TASK —
Please copy, exactly as they appear below, the lines from the one containing "v 5.875 0.125 -2.875" through the one containing "v 0.0614 0.0128 2.9301".

(DATASET EXCERPTS begins)

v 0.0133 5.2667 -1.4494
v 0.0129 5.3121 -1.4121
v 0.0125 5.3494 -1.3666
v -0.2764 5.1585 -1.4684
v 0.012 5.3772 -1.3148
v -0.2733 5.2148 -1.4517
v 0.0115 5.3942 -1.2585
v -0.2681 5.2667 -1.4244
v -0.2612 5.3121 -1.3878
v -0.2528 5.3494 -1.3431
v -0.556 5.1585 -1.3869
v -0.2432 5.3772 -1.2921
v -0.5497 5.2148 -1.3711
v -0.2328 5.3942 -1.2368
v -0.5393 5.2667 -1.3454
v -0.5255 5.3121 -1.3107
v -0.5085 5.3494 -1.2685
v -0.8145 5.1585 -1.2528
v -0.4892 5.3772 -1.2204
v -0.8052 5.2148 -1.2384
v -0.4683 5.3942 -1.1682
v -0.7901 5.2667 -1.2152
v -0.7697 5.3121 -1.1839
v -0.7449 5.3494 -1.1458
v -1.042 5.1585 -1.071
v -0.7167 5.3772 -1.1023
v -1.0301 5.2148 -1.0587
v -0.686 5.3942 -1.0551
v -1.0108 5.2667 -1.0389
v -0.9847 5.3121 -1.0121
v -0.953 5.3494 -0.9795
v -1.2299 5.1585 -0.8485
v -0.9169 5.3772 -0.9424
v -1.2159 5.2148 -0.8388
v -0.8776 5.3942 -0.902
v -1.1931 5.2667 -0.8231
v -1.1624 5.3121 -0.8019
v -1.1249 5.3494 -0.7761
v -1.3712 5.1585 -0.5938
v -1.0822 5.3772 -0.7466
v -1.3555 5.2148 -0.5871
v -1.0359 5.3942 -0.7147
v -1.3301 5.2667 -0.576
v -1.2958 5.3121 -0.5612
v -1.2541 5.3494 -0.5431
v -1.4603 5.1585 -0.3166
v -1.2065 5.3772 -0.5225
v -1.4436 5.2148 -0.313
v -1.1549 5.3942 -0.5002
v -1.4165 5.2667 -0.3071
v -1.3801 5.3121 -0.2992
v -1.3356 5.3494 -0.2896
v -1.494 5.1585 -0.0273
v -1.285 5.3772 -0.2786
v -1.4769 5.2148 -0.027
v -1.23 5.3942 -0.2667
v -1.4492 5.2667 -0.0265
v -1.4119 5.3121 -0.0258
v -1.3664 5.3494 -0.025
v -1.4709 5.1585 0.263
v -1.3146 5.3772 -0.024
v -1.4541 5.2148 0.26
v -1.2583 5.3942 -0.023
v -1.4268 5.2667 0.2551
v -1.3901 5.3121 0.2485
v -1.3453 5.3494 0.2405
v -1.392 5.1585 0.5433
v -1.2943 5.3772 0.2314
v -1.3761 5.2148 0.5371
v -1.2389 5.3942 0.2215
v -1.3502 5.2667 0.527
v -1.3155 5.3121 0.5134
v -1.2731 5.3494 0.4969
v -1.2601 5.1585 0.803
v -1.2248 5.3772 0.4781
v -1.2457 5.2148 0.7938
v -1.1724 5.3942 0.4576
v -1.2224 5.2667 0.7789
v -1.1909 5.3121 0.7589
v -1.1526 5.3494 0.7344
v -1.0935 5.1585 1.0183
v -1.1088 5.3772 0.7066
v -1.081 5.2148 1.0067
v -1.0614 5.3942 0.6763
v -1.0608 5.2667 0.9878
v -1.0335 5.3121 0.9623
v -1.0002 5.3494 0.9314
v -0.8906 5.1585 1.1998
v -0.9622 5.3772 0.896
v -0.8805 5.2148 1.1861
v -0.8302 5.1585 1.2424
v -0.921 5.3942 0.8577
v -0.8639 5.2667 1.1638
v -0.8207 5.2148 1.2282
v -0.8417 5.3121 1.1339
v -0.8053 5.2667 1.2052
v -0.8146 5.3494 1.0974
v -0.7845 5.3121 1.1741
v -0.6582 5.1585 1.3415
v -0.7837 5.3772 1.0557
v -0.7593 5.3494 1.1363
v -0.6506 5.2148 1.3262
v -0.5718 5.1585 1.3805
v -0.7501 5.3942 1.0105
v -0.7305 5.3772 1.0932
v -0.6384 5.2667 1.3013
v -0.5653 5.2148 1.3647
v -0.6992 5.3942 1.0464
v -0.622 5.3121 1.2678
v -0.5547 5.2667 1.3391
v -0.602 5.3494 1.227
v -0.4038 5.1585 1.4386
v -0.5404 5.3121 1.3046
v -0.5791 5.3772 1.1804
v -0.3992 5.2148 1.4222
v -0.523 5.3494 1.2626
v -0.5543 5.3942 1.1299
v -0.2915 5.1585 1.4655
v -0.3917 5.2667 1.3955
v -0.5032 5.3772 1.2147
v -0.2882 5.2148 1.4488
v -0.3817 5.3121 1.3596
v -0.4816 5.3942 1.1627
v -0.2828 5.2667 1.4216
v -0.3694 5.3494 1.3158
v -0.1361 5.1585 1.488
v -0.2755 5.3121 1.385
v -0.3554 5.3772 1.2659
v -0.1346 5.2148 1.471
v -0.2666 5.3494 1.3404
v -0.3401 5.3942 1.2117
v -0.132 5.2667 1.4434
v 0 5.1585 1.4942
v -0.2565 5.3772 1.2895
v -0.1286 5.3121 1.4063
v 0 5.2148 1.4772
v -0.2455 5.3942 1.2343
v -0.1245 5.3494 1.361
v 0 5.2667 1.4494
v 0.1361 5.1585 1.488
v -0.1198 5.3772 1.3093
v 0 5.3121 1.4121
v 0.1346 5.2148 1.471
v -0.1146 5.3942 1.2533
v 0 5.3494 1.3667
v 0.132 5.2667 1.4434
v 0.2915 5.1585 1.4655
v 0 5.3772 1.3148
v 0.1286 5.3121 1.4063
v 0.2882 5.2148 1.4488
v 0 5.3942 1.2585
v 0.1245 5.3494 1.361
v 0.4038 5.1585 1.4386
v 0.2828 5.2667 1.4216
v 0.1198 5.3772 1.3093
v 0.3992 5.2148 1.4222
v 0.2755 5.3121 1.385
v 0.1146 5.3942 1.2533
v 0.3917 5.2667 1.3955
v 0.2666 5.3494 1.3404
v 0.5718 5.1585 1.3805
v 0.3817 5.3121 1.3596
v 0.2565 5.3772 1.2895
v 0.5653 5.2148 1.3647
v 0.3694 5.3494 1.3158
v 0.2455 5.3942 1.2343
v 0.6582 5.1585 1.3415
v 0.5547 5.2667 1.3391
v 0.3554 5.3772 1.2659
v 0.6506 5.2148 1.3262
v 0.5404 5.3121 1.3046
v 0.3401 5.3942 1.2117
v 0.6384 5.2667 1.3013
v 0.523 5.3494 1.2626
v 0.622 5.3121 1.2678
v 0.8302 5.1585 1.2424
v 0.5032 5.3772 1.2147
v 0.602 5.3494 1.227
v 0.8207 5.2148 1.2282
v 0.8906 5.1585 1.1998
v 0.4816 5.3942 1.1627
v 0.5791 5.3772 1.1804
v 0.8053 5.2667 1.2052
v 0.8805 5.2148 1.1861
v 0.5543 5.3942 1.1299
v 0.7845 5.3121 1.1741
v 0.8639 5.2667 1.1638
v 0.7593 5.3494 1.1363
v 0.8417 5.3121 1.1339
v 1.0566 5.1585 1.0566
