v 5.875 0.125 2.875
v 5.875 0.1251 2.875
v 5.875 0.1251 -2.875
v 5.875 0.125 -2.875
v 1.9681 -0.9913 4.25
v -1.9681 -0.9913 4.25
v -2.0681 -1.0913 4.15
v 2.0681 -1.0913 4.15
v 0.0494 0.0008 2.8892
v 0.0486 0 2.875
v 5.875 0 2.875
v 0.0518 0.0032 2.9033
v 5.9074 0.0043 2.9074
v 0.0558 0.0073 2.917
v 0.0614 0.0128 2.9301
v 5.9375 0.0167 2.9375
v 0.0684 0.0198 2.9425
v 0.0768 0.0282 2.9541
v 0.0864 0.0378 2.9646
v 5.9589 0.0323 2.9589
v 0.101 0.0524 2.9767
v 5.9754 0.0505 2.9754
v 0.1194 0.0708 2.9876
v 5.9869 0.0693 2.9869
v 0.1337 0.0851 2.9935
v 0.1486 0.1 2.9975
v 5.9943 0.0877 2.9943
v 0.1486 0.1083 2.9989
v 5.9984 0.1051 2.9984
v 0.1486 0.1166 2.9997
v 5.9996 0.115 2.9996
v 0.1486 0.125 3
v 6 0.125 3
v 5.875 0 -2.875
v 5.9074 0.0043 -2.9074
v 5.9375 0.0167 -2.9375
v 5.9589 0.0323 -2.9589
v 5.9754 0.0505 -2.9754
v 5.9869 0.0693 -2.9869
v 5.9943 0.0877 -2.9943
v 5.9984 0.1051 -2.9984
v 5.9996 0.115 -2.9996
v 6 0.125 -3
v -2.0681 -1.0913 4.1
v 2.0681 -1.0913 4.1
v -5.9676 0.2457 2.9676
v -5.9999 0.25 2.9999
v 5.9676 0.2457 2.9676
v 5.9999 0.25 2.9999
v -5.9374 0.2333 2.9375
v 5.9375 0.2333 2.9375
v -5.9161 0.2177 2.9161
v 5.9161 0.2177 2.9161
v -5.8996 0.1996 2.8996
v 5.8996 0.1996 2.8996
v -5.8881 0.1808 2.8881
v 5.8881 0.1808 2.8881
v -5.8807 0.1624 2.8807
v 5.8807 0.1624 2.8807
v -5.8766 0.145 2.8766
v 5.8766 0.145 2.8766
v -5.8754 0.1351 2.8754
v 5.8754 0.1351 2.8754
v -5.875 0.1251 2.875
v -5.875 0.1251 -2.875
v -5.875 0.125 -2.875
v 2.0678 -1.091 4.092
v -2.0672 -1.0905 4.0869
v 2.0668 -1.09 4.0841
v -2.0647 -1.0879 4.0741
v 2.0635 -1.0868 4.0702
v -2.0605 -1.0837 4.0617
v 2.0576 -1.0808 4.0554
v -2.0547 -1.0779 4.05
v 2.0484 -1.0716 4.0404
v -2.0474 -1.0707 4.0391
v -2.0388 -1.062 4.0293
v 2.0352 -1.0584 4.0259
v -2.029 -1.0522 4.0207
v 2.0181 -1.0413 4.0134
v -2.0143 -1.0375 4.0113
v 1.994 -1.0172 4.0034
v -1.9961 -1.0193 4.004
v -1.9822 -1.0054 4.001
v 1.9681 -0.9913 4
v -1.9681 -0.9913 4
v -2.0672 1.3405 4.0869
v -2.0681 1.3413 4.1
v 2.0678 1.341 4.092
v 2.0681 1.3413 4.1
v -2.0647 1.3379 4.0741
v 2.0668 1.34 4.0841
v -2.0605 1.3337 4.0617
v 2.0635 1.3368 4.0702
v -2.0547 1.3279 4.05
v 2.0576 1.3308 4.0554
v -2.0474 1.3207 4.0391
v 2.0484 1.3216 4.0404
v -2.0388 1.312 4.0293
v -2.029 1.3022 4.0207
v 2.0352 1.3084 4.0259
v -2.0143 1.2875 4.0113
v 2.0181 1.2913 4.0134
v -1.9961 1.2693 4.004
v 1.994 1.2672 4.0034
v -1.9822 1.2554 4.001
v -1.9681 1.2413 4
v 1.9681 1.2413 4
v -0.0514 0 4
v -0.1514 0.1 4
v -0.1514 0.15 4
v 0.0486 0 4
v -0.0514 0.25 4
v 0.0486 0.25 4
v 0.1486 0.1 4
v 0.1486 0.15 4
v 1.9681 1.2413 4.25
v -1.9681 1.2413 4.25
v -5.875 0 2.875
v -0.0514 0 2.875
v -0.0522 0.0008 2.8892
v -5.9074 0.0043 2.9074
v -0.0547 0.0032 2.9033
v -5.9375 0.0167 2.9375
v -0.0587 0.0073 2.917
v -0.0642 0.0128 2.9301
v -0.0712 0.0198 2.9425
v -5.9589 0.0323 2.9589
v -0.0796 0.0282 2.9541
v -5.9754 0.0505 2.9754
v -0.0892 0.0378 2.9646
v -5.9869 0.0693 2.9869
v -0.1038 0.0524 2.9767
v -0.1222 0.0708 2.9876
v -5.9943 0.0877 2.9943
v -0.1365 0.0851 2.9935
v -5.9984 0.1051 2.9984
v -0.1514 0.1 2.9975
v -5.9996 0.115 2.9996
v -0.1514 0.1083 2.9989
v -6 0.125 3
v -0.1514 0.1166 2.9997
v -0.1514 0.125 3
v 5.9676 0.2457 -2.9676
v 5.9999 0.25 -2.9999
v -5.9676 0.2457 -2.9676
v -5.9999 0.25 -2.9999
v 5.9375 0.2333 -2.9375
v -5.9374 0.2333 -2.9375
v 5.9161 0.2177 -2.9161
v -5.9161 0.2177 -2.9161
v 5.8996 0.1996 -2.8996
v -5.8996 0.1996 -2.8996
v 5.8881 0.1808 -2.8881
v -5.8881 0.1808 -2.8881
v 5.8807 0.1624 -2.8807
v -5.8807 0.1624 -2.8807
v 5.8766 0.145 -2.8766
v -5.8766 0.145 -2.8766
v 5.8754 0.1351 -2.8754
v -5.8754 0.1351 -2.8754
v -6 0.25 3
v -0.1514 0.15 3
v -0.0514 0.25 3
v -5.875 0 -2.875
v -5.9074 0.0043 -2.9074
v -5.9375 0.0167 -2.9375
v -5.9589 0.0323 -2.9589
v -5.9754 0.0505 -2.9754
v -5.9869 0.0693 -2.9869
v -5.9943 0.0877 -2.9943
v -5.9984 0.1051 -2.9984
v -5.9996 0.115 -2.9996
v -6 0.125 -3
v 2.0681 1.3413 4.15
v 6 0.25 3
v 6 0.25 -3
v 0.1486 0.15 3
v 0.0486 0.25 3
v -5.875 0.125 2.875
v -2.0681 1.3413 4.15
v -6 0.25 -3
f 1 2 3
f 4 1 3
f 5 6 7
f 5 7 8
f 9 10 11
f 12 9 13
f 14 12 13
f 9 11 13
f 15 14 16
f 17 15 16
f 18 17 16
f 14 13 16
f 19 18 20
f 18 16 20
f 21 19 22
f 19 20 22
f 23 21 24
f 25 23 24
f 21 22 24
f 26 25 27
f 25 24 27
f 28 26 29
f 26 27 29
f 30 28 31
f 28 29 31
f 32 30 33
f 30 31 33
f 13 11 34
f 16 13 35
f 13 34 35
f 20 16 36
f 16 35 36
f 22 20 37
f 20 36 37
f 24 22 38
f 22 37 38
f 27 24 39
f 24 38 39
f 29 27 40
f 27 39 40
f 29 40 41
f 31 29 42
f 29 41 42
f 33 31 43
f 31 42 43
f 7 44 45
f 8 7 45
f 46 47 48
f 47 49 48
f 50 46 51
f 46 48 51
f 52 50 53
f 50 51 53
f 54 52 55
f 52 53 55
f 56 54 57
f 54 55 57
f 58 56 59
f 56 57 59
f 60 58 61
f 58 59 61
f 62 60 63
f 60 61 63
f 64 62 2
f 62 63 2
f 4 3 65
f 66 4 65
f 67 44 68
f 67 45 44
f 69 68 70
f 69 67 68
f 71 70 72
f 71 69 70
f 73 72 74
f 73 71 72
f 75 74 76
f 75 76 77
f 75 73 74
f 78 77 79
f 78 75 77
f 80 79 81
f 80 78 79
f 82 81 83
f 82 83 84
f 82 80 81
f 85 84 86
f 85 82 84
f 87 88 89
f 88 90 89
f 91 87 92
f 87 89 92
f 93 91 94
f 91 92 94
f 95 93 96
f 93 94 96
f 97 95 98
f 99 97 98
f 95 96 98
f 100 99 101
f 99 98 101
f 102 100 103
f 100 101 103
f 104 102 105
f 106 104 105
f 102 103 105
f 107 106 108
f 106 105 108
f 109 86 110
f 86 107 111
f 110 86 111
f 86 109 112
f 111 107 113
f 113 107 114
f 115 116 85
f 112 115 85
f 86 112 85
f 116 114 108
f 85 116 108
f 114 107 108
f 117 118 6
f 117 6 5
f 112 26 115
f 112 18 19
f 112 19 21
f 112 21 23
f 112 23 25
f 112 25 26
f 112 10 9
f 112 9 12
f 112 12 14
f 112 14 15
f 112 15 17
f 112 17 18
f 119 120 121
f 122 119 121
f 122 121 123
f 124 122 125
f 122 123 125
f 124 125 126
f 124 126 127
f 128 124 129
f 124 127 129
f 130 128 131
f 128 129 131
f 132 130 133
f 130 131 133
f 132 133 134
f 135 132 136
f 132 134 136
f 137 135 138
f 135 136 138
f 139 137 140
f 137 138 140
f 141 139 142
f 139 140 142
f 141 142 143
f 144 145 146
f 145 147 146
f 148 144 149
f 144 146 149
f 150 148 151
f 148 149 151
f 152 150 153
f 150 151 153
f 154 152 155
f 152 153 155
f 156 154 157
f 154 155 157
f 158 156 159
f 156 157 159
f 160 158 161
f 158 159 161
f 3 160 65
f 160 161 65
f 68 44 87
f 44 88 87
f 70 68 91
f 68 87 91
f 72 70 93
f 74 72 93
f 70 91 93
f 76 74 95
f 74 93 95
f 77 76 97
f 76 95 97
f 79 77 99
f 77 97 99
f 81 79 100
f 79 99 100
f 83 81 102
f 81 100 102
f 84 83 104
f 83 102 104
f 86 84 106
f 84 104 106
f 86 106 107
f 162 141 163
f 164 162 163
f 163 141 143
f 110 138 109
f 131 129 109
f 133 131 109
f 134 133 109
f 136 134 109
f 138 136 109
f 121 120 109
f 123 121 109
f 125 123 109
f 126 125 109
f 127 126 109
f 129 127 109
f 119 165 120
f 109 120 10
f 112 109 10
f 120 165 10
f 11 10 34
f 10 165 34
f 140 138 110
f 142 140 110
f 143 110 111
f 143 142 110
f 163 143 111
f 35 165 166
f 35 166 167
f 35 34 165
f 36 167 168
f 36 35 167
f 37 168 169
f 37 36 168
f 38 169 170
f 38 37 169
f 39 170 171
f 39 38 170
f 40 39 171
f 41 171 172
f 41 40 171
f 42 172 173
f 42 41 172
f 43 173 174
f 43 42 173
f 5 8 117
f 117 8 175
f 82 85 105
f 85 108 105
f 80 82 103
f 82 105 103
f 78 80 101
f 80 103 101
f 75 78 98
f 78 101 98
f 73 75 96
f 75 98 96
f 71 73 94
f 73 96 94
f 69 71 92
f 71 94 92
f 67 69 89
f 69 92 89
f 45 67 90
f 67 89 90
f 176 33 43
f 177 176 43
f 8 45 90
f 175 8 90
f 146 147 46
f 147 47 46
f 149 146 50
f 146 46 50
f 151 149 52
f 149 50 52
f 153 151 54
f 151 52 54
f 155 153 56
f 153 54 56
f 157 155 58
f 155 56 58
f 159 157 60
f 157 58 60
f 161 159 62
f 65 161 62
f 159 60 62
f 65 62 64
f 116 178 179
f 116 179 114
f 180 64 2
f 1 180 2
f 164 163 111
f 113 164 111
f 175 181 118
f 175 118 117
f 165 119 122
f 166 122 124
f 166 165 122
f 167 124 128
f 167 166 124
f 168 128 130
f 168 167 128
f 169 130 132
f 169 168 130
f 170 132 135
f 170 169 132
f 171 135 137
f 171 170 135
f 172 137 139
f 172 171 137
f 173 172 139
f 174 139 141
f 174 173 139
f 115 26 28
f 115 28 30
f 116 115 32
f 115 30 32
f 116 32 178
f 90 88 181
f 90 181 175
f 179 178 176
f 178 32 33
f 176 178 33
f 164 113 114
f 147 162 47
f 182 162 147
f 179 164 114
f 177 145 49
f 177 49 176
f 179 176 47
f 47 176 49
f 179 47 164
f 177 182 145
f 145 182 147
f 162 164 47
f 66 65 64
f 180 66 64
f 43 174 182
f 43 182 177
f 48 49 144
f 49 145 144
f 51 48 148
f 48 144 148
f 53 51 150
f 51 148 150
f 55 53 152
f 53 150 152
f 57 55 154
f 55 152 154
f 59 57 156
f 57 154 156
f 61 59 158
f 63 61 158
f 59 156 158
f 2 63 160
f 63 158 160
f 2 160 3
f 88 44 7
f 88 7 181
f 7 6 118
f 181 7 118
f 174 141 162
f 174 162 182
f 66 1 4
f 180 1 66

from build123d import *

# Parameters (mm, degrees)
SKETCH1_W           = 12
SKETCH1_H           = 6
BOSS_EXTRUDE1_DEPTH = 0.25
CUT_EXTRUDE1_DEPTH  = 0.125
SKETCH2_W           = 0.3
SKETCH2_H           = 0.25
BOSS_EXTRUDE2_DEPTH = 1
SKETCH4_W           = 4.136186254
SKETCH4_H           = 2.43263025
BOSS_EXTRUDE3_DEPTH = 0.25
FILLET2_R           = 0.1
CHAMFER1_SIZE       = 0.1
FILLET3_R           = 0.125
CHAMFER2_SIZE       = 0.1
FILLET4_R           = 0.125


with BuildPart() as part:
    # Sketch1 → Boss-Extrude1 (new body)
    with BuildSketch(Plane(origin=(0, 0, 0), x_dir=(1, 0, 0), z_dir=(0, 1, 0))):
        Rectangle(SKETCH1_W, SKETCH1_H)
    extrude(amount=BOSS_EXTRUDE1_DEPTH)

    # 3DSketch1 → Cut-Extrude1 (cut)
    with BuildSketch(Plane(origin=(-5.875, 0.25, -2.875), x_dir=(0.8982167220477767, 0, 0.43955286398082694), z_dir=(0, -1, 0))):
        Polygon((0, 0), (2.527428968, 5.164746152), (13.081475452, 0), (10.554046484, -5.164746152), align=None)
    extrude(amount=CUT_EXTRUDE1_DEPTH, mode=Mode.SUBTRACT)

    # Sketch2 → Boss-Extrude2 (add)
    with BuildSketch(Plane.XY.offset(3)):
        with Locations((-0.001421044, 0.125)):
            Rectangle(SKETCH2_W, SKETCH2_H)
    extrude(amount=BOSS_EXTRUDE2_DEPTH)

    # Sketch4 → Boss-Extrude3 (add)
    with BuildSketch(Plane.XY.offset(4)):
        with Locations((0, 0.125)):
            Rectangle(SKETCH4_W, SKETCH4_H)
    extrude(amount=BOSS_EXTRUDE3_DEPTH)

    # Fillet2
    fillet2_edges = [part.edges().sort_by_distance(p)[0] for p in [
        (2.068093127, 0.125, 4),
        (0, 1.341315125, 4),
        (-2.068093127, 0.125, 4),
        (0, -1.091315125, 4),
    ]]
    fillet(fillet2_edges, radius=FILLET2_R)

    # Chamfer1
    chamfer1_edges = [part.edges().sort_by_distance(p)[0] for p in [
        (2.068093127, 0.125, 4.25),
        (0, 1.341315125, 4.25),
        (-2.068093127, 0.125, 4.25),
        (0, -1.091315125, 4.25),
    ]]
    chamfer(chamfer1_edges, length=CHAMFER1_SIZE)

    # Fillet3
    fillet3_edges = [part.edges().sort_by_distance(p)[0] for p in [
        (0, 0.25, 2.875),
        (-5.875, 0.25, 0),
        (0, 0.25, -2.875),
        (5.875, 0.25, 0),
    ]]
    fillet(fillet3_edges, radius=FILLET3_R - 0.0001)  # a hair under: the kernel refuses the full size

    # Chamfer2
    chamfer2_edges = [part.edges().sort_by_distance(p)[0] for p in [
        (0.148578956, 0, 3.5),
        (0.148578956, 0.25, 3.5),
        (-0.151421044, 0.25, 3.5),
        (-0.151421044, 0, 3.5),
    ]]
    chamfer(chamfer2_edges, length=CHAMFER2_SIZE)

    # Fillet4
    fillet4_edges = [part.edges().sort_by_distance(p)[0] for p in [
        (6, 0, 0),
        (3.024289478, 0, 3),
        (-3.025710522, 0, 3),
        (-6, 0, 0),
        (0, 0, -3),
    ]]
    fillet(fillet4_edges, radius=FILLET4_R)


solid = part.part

(DATASET EXCERPTS ends)

TASK OUTPUT —
v 5.875 0.125 -2.875
v 1.9681 -0.9913 4.25
v -1.9681 -0.9913 4.25
v -2.0681 -1.0913 4.15
v 2.0681 -1.0913 4.15
v 0.0494 0.0008 2.8892
v 0.0486 0 2.875
v 5.875 0 2.875
v 0.0518 0.0032 2.9033
v 5.9074 0.0043 2.9074
v 0.0558 0.0073 2.917
v 0.0614 0.0128 2.9301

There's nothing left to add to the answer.